CoreSight mailing list CoreSight@lists.linaro.org https://lists.linaro.org/mailman/listinfo/coresight
Hi Al,
On Thu, Mar 31, 2016 at 1:08 AM, Al Grant Al.Grant@arm.com wrote:
Hi,
I'd like to get your thoughts on an appropriate low-level userspace API for STM. The API I'm after would assume the ability to map a range of channels into userspace as detailed in Documentation/trace/stm.txt:
"Some STM devices may allow direct mapping of the channel mmio region to userspace for zero-copy writing..."
What that doesn't describe is what you do with the region once you've got it.
It is like mmap() interface I have done for STM, I replied one your previous email on March 1st with addressing how to use the mmap() interface from user space, the subject of that email was "STM memory space", if you cannot find that email in you mailbox, please let me know, I can forward that to you.
Regards, Chunyan
Which suggests a userspace API that can abstract over the way channels are represented in the memory map, i.e. how bits of the address are used to influence the data packets. Given a channel number (or a relative channel number) and some data, it would generate a store to the right address, or an lvalue at the right address. So you could write something like this:
STM_TRACE_DATA(p, TIMESTAMP, uint32, 123);
or perhaps
*STM_TRACE_CHANNEL(p, TIMESTAMP, uint32) = 123;
and this would become inline code that would be a single store that would cause a D32 packet. The ARM and Intel implementations would differ in how they calculated the address and perhaps on whether some features were available. 64-bit writes would be unavailable on some ARM systems.
Userspace libraries that implemented higher-level messaging formats could then sit on top of this lower-level API.
I don't think I've seen this in any of the patches that have come round but is anyone working on anything like this?
Al
CoreSight mailing list CoreSight@lists.linaro.org https://lists.linaro.org/mailman/listinfo/coresight
It is like mmap() interface I have done for STM, I replied one your previous email on March 1st with addressing how to use the mmap() interface from user space, the subject of that email was "STM memory space", if you cannot find that email in you mailbox, please let me know, I can forward that to you.
Thanks, I got the one where you sent sample code for allocating pages into userspace:
map = (char *)mmap(0, length, PROT_READ|PROT_WRITE, MAP_SHARED, fd, offset); if (map == MAP_FAILED) { printf("Failed to map %s\n", strerror(errno)); goto out; } printf("Success to map channel(%u~%u) to 0x%x\n", policy->channel, (policy->width - policy->channel), (unsigned long)map);
write(fd, trace_data, size);
/* unmap the area & error checking */ if (munmap(map, length) == -1) perror("user: Error un-mmapping the file");
So you have mapped channels into userspace and you print out the address in userspace (map) but you don't store anything into it. What I am suggesting here is an API for generating STP packets by doing those stores, and doing this in a way that's both portable and low-overhead.

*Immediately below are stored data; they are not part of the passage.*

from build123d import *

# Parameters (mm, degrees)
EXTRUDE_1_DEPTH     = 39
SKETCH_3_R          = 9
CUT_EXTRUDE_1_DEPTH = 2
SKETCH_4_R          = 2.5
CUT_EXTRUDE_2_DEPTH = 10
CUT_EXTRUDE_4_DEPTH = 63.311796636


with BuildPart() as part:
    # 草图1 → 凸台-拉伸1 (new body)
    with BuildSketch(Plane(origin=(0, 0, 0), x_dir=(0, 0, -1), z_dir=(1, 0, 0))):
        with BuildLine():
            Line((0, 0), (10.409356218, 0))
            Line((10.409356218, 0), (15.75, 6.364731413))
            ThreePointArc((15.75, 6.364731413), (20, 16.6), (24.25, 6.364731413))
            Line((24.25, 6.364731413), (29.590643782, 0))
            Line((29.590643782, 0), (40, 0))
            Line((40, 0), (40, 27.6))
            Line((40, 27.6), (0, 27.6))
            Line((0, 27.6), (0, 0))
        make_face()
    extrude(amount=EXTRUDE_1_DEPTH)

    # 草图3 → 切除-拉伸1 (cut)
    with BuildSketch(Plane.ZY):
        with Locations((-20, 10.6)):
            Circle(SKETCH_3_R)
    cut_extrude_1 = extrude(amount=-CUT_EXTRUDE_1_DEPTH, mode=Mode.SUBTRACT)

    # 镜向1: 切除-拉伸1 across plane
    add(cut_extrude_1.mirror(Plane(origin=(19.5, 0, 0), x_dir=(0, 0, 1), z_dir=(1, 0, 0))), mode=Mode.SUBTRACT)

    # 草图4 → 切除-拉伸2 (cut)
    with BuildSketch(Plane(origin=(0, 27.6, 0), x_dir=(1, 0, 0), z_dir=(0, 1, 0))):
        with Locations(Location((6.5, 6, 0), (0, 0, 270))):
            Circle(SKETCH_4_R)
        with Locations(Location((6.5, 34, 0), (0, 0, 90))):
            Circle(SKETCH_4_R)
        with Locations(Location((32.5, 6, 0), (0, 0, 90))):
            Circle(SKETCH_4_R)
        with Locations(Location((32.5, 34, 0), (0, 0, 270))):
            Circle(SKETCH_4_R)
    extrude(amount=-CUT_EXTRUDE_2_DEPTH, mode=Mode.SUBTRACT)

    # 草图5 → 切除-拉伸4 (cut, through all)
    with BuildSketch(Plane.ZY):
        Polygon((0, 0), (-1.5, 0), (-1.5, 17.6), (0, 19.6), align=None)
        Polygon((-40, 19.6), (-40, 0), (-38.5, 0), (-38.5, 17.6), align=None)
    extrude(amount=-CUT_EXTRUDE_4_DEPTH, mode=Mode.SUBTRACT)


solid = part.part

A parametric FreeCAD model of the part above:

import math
import FreeCAD as App
import Part
import Sketcher
from FreeCAD import Vector
Q = App.Units.Quantity

doc = App.newDocument("Part")
body = doc.addObject("PartDesign::Body", "Body")

sketch1 = body.newObject("Sketcher::SketchObject", "Sketch")
sketch1.AttachmentSupport = (doc.getObject("YZ_Plane"), [""])
sketch1.MapMode = "FlatFace"
sketch1.addGeometry(Part.LineSegment(Vector(0, 0, 0), Vector(0, -10, 0)), False)
sketch1.addGeometry(Part.LineSegment(Vector(0, -10, 0), Vector(6, -16, 0)), False)
sketch1.addGeometry(Part.ArcOfCircle(Part.Circle(Vector(11, -20, 0), Vector(0, 0, 1), 6), math.radians(-135), math.radians(135)), False)
sketch1.addGeometry(Part.LineSegment(Vector(6, -24, 0), Vector(0, -30, 0)), False)
sketch1.addGeometry(Part.LineSegment(Vector(0, -30, 0), Vector(0, -40, 0)), False)
sketch1.addGeometry(Part.LineSegment(Vector(0, -40, 0), Vector(28, -40, 0)), False)
sketch1.addGeometry(Part.LineSegment(Vector(28, -40, 0), Vector(28, 0, 0)), False)
sketch1.addGeometry(Part.LineSegment(Vector(28, 0, 0), Vector(0, 0, 0)), False)
sketch1.addConstraint(Sketcher.Constraint("Coincident", 0, 2, 1, 1))
sketch1.addConstraint(Sketcher.Constraint("Coincident", 1, 2, 2, 2))
sketch1.addConstraint(Sketcher.Constraint("Coincident", 2, 1, 3, 1))
sketch1.addConstraint(Sketcher.Constraint("Coincident", 3, 2, 4, 1))
sketch1.addConstraint(Sketcher.Constraint("Coincident", 4, 2, 5, 1))
sketch1.addConstraint(Sketcher.Constraint("Coincident", 5, 2, 6, 1))
sketch1.addConstraint(Sketcher.Constraint("Coincident", 6, 2, 7, 1))
sketch1.addConstraint(Sketcher.Constraint("Coincident", 7, 2, 0, 1))
sketch1.addConstraint(Sketcher.Constraint("Vertical", 0))
sketch1.addConstraint(Sketcher.Constraint("Vertical", 4))
sketch1.addConstraint(Sketcher.Constraint("Horizontal", 5))
sketch1.addConstraint(Sketcher.Constraint("Vertical", 6))
sketch1.addConstraint(Sketcher.Constraint("Horizontal", 7))
sketch1.addConstraint(Sketcher.Constraint("Coincident", 7, 2, -1, 1))
sketch1.addConstraint(Sketcher.Constraint("PointOnObject", 3, 2, -2))
sketch1.addConstraint(Sketcher.Constraint("Vertical", 1, 2, 2, 1))
sketch1.addConstraint(Sketcher.Constraint("Equal", 0, 4))
sketch1.addConstraint(Sketcher.Constraint("Equal", 1, 3))
sketch1.addConstraint(Sketcher.Constraint("Radius", 2, 6.0))
sketch1.addConstraint(Sketcher.Constraint("DistanceY", 6, 1, 6, 2, 40.0))
sketch1.addConstraint(Sketcher.Constraint("Angle", 1, Q("-40 deg")))
sketch1.addConstraint(Sketcher.Constraint("DistanceX", 5, 1, 5, 2, 27.6))
sketch1.addConstraint(Sketcher.Constraint("DistanceX", 2, 3, 5, 2, 17.0))
sketch1.addConstraint(Sketcher.Constraint("DistanceY", 2, 1, 1, 2, 8.5))
pad1 = body.newObject("PartDesign::Pad", "Pad")
pad1.Profile = sketch1
pad1.Length = 39

sketch2 = body.newObject("Sketcher::SketchObject", "Sketch001")
sketch2.AttachmentSupport = (doc.getObject("YZ_Plane"), [""])
sketch2.MapMode = "FlatFace"
sketch2.addGeometry(Part.Circle(Vector(11, -20, 0), Vector(0, 0, 1), 9), False)
sketch2.addConstraint(Sketcher.Constraint("Diameter", 0, 18.0))
sketch2.addConstraint(Sketcher.Constraint("DistanceY", 0, 3, -1, 1, 20.0))
sketch2.addConstraint(Sketcher.Constraint("DistanceX", -1, 1, 0, 3, 10.6))
pocket1 = body.newObject("PartDesign::Pocket", "Pocket")
pocket1.Profile = sketch2
pocket1.Length = 2
pocket1.Reversed = True
doc.recompute()

datumplane = body.newObject("PartDesign::Plane", "DatumPlane")
datumplane.AttachmentSupport = (doc.getObject("YZ_Plane"), [""])
datumplane.MapMode = "FlatFace"
datumplane.AttachmentOffset = App.Placement(Vector(0, 0, 19.5), App.Rotation())
mirrored = body.newObject("PartDesign::Mirrored", "Mirrored")
mirrored.Originals = [pocket1]
mirrored.MirrorPlane = (datumplane, [""])
body.Tip = mirrored

sketch3 = body.newObject("Sketcher::SketchObject", "Sketch002")
sketch3.AttachmentSupport = (doc.getObject("XZ_Plane"), [""])
sketch3.MapMode = "FlatFace"
sketch3.AttachmentOffset = App.Placement(Vector(0, 0, -27.6), App.Rotation())
sketch3.addGeometry(Part.Circle(Vector(6.5, -6, 0), Vector(0, 0, 1), 2.5), False)
sketch3.addGeometry(Part.Circle(Vector(6.5, -34, 0), Vector(0, 0, 1), 2.5), False)
sketch3.addGeometry(Part.Circle(Vector(32.5, -6, 0), Vector(0, 0, 1), 2.5), False)
sketch3.addGeometry(Part.Circle(Vector(32.5, -34, 0), Vector(0, 0, 1), 2.5), False)
sketch3.addConstraint(Sketcher.Constraint("Equal", 0, 1))
sketch3.addConstraint(Sketcher.Constraint("Equal", 1, 2))
sketch3.addConstraint(Sketcher.Constraint("Equal", 2, 3))
sketch3.addConstraint(Sketcher.Constraint("Horizontal", 0, 3, 2, 3))
sketch3.addConstraint(Sketcher.Constraint("Horizontal", 1, 3, 3, 3))
sketch3.addConstraint(Sketcher.Constraint("Vertical", 0, 3, 1, 3))
sketch3.addConstraint(Sketcher.Constraint("Vertical", 2, 3, 3, 3))
sketch3.addConstraint(Sketcher.Constraint("Diameter", 0, 5.0))
sketch3.addConstraint(Sketcher.Constraint("DistanceY", 0, 3, -1, 1, 6.0))
sketch3.addConstraint(Sketcher.Constraint("DistanceY", 1, 3, -1, 1, 34.0))
sketch3.addConstraint(Sketcher.Constraint("DistanceX", 0, 3, 2, 3, 26.0))
sketch3.addConstraint(Sketcher.Constraint("DistanceX", -1, 1, 0, 3, 6.5))
pocket2 = body.newObject("PartDesign::Pocket", "Pocket001")
pocket2.Profile = sketch3
pocket2.Length = 10
pocket2.Reversed = True

sketch4 = body.newObject("Sketcher::SketchObject", "Sketch003")
sketch4.AttachmentSupport = (doc.getObject("YZ_Plane"), [""])
sketch4.MapMode = "FlatFace"
sketch4.addGeometry(Part.LineSegment(Vector(0, -1.5, 0), Vector(0, 0, 0)), False)
sketch4.addGeometry(Part.LineSegment(Vector(0, 0, 0), Vector(19.6, 0, 0)), False)
sketch4.addGeometry(Part.LineSegment(Vector(19.6, 0, 0), Vector(17.6, -1.5, 0)), False)
sketch4.addGeometry(Part.LineSegment(Vector(17.6, -1.5, 0), Vector(0, -1.5, 0)), False)
sketch4.addGeometry(Part.LineSegment(Vector(19.6, -40, 0), Vector(0, -40, 0)), False)
sketch4.addGeometry(Part.LineSegment(Vector(0, -40, 0), Vector(0, -38.5, 0)), False)
sketch4.addGeometry(Part.LineSegment(Vector(0, -38.5, 0), Vector(17.6, -38.5, 0)), False)
sketch4.addGeometry(Part.LineSegment(Vector(17.6, -38.5, 0), Vector(19.6, -40, 0)), False)
sketch4.addConstraint(Sketcher.Constraint("Coincident", 0, 2, 1, 1))
sketch4.addConstraint(Sketcher.Constraint("Coincident", 1, 2, 2, 1))
sketch4.addConstraint(Sketcher.Constraint("Coincident", 2, 2, 3, 1))
sketch4.addConstraint(Sketcher.Constraint("Coincident", 3, 2, 0, 1))
sketch4.addConstraint(Sketcher.Constraint("Coincident", 4, 2, 5, 1))
sketch4.addConstraint(Sketcher.Constraint("Coincident", 5, 2, 6, 1))
sketch4.addConstraint(Sketcher.Constraint("Coincident", 6, 2, 7, 1))
sketch4.addConstraint(Sketcher.Constraint("Coincident", 7, 2, 4, 1))
sketch4.addConstraint(Sketcher.Constraint("Vertical", 0))
sketch4.addConstraint(Sketcher.Constraint("Horizontal", 1))
sketch4.addConstraint(Sketcher.Constraint("Horizontal", 3))
sketch4.addConstraint(Sketcher.Constraint("Horizontal", 4))
sketch4.addConstraint(Sketcher.Constraint("Vertical", 5))
sketch4.addConstraint(Sketcher.Constraint("Horizontal", 6))
sketch4.addConstraint(Sketcher.Constraint("Coincident", 0, 2, -1, 1))
sketch4.addConstraint(Sketcher.Constraint("PointOnObject", 4, 2, -2))
sketch4.addConstraint(Sketcher.Constraint("Vertical", 2, 2, 6, 2))
sketch4.addConstraint(Sketcher.Constraint("Vertical", 1, 2, 7, 2))
sketch4.addConstraint(Sketcher.Constraint("Equal", 0, 5))
sketch4.addConstraint(Sketcher.Constraint("DistanceX", 1, 1, 1, 2, 19.6))
sketch4.addConstraint(Sketcher.Constraint("DistanceX", 3, 2, 3, 1, 17.6))
sketch4.addConstraint(Sketcher.Constraint("DistanceY", 0, 1, 0, 2, 1.5))
sketch4.addConstraint(Sketcher.Constraint("DistanceY", 4, 2, -1, 1, 40.0))
pocket3 = body.newObject("PartDesign::Pocket", "Pocket002")
pocket3.Profile = sketch4
pocket3.Type = "ThroughAll"
pocket3.Reversed = True

doc.recompute()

Apolpogies if you have already suggested this somewhere else.
Al
On Thu, Mar 31, 2016 at 6:36 PM, Al Grant Al.Grant@arm.com wrote:
It is like mmap() interface I have done for STM, I replied one your previous email on March 1st with addressing how to use the mmap() interface from user space, the subject of that email was "STM memory space", if you cannot find that email in you mailbox, please let me know, I can forward that to you.
Thanks, I got the one where you sent sample code for allocating pages into userspace:
map = (char *)mmap(0, length, PROT_READ|PROT_WRITE, MAP_SHARED, fd, offset); if (map == MAP_FAILED) { printf("Failed to map %s\n", strerror(errno)); goto out; } printf("Success to map channel(%u~%u) to 0x%x\n", policy->channel, (policy->width - policy->channel), (unsigned long)map); write(fd, trace_data, size); /* unmap the area & error checking */ if (munmap(map, length) == -1) perror("user: Error un-mmapping the file");
So you have mapped channels into userspace and you print out the address in userspace (map) but you don't store anything into it. What I am suggesting
Ah, right, using this address (map) directly has some thing wrong for now, I haven't found the root cause. Now I have to focus the work on getting STM driver upstreamed first, and then I will take a look at what caused the problem. I will get back to you once STM mmap() interface works well.
Thanks, Chunyan
here is an API for generating STP packets by doing those stores, and doing this in a way that's both portable and low-overhead.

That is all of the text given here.